Aim of the task:
Return, word for word, only the lines of the data below that lie between the line with "f 160 154 158" and the line with "f 228 55 60", those two lines included.

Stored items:
◆ ◆ ◆ ◆ ◆ ◆ ◆

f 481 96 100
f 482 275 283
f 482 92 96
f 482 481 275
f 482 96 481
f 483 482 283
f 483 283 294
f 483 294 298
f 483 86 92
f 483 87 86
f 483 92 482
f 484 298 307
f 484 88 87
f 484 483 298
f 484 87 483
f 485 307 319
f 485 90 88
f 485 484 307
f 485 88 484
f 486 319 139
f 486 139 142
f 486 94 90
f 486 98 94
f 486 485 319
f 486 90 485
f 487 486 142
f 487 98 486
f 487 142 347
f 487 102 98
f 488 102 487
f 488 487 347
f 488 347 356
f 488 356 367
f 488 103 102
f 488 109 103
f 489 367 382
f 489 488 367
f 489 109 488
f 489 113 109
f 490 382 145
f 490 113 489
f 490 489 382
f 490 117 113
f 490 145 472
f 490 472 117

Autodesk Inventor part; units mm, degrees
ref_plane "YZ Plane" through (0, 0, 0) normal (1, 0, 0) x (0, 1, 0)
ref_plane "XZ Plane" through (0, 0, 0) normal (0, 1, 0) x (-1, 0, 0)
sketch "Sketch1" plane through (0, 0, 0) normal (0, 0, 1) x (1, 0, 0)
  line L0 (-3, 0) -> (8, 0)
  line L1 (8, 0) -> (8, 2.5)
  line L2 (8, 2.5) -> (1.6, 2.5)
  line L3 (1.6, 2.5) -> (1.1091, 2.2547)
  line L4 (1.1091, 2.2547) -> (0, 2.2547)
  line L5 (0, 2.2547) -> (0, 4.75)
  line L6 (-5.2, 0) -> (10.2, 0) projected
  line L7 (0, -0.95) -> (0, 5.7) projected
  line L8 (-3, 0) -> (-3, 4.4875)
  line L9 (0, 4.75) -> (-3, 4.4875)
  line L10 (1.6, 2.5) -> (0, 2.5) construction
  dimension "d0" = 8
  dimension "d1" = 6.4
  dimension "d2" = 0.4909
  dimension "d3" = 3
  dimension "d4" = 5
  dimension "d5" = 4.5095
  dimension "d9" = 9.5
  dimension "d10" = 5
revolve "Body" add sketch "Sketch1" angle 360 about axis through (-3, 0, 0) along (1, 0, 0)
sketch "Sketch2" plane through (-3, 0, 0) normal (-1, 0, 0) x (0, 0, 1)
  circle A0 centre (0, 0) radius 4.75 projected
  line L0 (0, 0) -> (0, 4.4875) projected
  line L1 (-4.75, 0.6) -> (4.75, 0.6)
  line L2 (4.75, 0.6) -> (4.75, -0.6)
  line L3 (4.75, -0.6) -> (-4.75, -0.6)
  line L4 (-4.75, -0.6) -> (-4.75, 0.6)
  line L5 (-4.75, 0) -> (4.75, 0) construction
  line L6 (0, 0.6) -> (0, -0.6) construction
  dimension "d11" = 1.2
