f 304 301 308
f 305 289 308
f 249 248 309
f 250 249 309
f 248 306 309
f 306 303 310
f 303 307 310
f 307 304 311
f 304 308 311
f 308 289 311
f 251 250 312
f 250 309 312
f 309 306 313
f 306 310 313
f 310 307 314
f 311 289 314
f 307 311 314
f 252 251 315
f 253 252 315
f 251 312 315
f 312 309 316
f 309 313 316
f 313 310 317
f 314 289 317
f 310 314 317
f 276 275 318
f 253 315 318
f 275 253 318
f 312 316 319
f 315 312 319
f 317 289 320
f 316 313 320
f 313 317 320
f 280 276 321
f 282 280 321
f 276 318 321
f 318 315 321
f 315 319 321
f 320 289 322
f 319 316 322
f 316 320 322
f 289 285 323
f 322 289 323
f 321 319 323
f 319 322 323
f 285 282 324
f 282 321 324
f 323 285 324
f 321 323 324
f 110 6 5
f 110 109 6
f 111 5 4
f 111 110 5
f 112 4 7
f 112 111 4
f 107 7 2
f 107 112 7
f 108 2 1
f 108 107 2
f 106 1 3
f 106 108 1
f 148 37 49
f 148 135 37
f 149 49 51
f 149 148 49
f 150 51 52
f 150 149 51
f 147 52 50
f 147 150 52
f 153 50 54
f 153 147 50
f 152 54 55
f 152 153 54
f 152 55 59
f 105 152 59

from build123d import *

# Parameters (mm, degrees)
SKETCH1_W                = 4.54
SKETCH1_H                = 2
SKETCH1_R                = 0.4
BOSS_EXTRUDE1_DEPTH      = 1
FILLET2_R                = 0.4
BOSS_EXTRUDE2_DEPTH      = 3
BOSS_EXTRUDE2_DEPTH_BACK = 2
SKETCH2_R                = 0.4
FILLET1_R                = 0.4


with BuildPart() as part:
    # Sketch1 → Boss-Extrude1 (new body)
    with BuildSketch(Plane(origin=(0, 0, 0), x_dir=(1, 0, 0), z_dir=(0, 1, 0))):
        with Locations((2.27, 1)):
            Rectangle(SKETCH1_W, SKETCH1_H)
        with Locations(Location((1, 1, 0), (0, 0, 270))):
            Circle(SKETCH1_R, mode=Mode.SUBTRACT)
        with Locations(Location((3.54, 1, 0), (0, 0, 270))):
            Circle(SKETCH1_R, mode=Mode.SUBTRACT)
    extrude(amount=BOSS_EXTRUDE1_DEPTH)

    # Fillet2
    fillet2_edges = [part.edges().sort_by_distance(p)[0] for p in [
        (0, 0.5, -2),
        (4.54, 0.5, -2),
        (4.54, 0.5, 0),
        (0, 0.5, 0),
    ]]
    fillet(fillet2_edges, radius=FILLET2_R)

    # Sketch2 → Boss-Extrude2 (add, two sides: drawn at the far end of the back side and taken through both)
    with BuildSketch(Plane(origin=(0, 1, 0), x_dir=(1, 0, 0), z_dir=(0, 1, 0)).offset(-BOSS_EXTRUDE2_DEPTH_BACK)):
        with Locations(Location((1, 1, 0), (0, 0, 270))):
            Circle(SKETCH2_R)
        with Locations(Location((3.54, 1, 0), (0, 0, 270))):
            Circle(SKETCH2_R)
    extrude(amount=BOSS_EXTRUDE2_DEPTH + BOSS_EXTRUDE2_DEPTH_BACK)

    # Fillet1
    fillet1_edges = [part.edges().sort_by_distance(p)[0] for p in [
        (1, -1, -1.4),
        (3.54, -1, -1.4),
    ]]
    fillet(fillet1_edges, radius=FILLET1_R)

◆ ◆ ◆ ◆ ◆ ◆ ◆

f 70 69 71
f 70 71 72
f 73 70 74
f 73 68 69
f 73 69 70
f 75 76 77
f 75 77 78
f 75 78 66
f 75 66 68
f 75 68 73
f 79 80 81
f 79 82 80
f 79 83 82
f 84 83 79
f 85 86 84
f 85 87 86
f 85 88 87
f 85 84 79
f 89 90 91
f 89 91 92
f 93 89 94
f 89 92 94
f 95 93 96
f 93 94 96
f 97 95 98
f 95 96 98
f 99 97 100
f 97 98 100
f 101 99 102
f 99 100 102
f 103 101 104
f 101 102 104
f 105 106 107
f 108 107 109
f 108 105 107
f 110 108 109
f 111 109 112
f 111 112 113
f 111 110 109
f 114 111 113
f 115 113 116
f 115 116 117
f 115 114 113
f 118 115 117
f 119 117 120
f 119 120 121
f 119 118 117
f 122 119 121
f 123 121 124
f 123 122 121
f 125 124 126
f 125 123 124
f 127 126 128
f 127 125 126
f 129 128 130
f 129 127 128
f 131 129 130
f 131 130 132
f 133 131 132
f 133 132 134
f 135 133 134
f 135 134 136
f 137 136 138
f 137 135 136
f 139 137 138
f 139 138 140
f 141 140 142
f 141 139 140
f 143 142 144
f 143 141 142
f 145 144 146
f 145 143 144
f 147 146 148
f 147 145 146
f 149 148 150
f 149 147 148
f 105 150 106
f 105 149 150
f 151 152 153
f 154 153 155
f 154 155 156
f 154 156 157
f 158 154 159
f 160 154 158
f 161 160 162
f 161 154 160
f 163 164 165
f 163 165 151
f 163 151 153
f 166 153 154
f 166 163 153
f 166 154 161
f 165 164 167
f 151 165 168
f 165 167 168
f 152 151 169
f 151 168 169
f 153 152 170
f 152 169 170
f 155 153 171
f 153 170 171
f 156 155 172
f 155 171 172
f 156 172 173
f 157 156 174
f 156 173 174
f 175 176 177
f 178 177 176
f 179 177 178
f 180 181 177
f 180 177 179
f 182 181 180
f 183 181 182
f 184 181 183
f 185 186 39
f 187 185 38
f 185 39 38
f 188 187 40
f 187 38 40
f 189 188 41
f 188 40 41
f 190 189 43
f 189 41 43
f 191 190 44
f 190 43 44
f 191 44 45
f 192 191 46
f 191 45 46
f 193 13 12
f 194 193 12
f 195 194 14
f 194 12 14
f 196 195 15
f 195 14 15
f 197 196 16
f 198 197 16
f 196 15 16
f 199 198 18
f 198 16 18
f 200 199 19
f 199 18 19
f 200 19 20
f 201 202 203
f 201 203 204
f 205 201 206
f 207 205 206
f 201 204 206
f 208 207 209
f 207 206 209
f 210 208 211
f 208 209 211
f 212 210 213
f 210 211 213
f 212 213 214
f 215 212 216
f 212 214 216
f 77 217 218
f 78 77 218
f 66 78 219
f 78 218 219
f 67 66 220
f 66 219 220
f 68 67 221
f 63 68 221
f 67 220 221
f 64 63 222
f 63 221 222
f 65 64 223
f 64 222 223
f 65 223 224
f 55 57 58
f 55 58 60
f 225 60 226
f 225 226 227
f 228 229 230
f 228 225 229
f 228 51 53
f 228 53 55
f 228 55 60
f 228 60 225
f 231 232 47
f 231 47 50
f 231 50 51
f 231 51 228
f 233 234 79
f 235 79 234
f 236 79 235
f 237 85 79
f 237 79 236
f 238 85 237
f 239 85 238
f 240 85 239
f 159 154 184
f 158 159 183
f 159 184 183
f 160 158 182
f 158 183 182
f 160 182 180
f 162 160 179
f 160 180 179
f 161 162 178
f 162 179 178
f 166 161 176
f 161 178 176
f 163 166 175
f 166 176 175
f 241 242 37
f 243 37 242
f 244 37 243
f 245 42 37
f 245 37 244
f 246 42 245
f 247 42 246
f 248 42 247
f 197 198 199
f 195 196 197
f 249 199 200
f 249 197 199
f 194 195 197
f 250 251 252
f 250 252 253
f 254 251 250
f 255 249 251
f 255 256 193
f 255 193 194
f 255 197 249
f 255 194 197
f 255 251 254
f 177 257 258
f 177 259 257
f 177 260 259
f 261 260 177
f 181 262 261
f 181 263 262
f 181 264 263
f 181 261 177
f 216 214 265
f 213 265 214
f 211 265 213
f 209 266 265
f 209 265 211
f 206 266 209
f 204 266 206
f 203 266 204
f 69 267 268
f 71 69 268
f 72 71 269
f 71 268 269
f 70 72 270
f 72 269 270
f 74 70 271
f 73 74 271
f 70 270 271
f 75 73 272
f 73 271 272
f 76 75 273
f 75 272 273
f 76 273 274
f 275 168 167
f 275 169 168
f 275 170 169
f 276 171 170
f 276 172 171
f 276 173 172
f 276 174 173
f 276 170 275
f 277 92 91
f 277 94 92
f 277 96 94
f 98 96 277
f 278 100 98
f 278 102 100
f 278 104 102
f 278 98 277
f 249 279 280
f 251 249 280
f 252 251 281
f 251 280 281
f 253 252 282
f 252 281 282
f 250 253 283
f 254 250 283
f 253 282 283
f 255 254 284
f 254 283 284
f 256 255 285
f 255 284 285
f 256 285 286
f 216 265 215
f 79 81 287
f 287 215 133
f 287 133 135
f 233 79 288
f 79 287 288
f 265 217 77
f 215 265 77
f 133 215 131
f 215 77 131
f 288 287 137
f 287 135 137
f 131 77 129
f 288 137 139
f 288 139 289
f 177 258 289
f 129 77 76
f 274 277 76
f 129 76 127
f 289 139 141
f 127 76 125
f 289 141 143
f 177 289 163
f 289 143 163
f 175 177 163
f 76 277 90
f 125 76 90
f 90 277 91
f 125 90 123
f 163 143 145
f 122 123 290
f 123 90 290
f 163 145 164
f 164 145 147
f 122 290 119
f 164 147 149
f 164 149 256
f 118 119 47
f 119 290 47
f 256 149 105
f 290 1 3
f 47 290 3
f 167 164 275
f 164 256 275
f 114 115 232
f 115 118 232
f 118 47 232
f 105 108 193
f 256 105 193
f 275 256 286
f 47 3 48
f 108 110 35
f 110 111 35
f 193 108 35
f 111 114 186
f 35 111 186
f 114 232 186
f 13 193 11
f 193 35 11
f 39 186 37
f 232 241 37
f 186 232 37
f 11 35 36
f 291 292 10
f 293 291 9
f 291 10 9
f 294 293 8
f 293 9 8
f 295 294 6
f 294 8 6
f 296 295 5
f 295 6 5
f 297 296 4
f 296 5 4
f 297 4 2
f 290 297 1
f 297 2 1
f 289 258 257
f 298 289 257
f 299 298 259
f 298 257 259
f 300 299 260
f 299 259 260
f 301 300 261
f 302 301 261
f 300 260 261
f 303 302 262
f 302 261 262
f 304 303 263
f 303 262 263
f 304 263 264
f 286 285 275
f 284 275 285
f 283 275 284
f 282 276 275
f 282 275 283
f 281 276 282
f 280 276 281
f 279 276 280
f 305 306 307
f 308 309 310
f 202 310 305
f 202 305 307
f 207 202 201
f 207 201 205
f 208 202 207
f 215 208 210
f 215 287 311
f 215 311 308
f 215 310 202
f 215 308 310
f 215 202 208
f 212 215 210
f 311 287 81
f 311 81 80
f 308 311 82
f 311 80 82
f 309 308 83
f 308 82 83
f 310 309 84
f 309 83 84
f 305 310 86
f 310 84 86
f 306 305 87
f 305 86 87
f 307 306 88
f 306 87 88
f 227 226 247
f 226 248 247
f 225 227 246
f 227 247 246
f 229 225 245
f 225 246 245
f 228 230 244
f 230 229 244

◆ ◆ ◆ ◆ ◆ ◆ ◆

Solution to the exercise:
f 160 154 158
f 161 160 162
f 161 154 160
f 163 164 165
f 163 165 151
f 163 151 153
f 166 153 154
f 166 163 153
f 166 154 161
f 165 164 167
f 151 165 168
f 165 167 168
f 152 151 169
f 151 168 169
f 153 152 170
f 152 169 170
f 155 153 171
f 153 170 171
f 156 155 172
f 155 171 172
f 156 172 173
f 157 156 174
f 156 173 174
f 175 176 177
f 178 177 176
f 179 177 178
f 180 181 177
f 180 177 179
f 182 181 180
f 183 181 182
f 184 181 183
f 185 186 39
f 187 185 38
f 185 39 38
f 188 187 40
f 187 38 40
f 189 188 41
f 188 40 41
f 190 189 43
f 189 41 43
f 191 190 44
f 190 43 44
f 191 44 45
f 192 191 46
f 191 45 46
f 193 13 12
f 194 193 12
f 195 194 14
f 194 12 14
f 196 195 15
f 195 14 15
f 197 196 16
f 198 197 16
f 196 15 16
f 199 198 18
f 198 16 18
f 200 199 19
f 199 18 19
f 200 19 20
f 201 202 203
f 201 203 204
f 205 201 206
f 207 205 206
f 201 204 206
f 208 207 209
f 207 206 209
f 210 208 211
f 208 209 211
f 212 210 213
f 210 211 213
f 212 213 214
f 215 212 216
f 212 214 216
f 77 217 218
f 78 77 218
f 66 78 219
f 78 218 219
f 67 66 220
f 66 219 220
f 68 67 221
f 63 68 221
f 67 220 221
f 64 63 222
f 63 221 222
f 65 64 223
f 64 222 223
f 65 223 224
f 55 57 58
f 55 58 60
f 225 60 226
f 225 226 227
f 228 229 230
f 228 225 229
f 228 51 53
f 228 53 55
f 228 55 60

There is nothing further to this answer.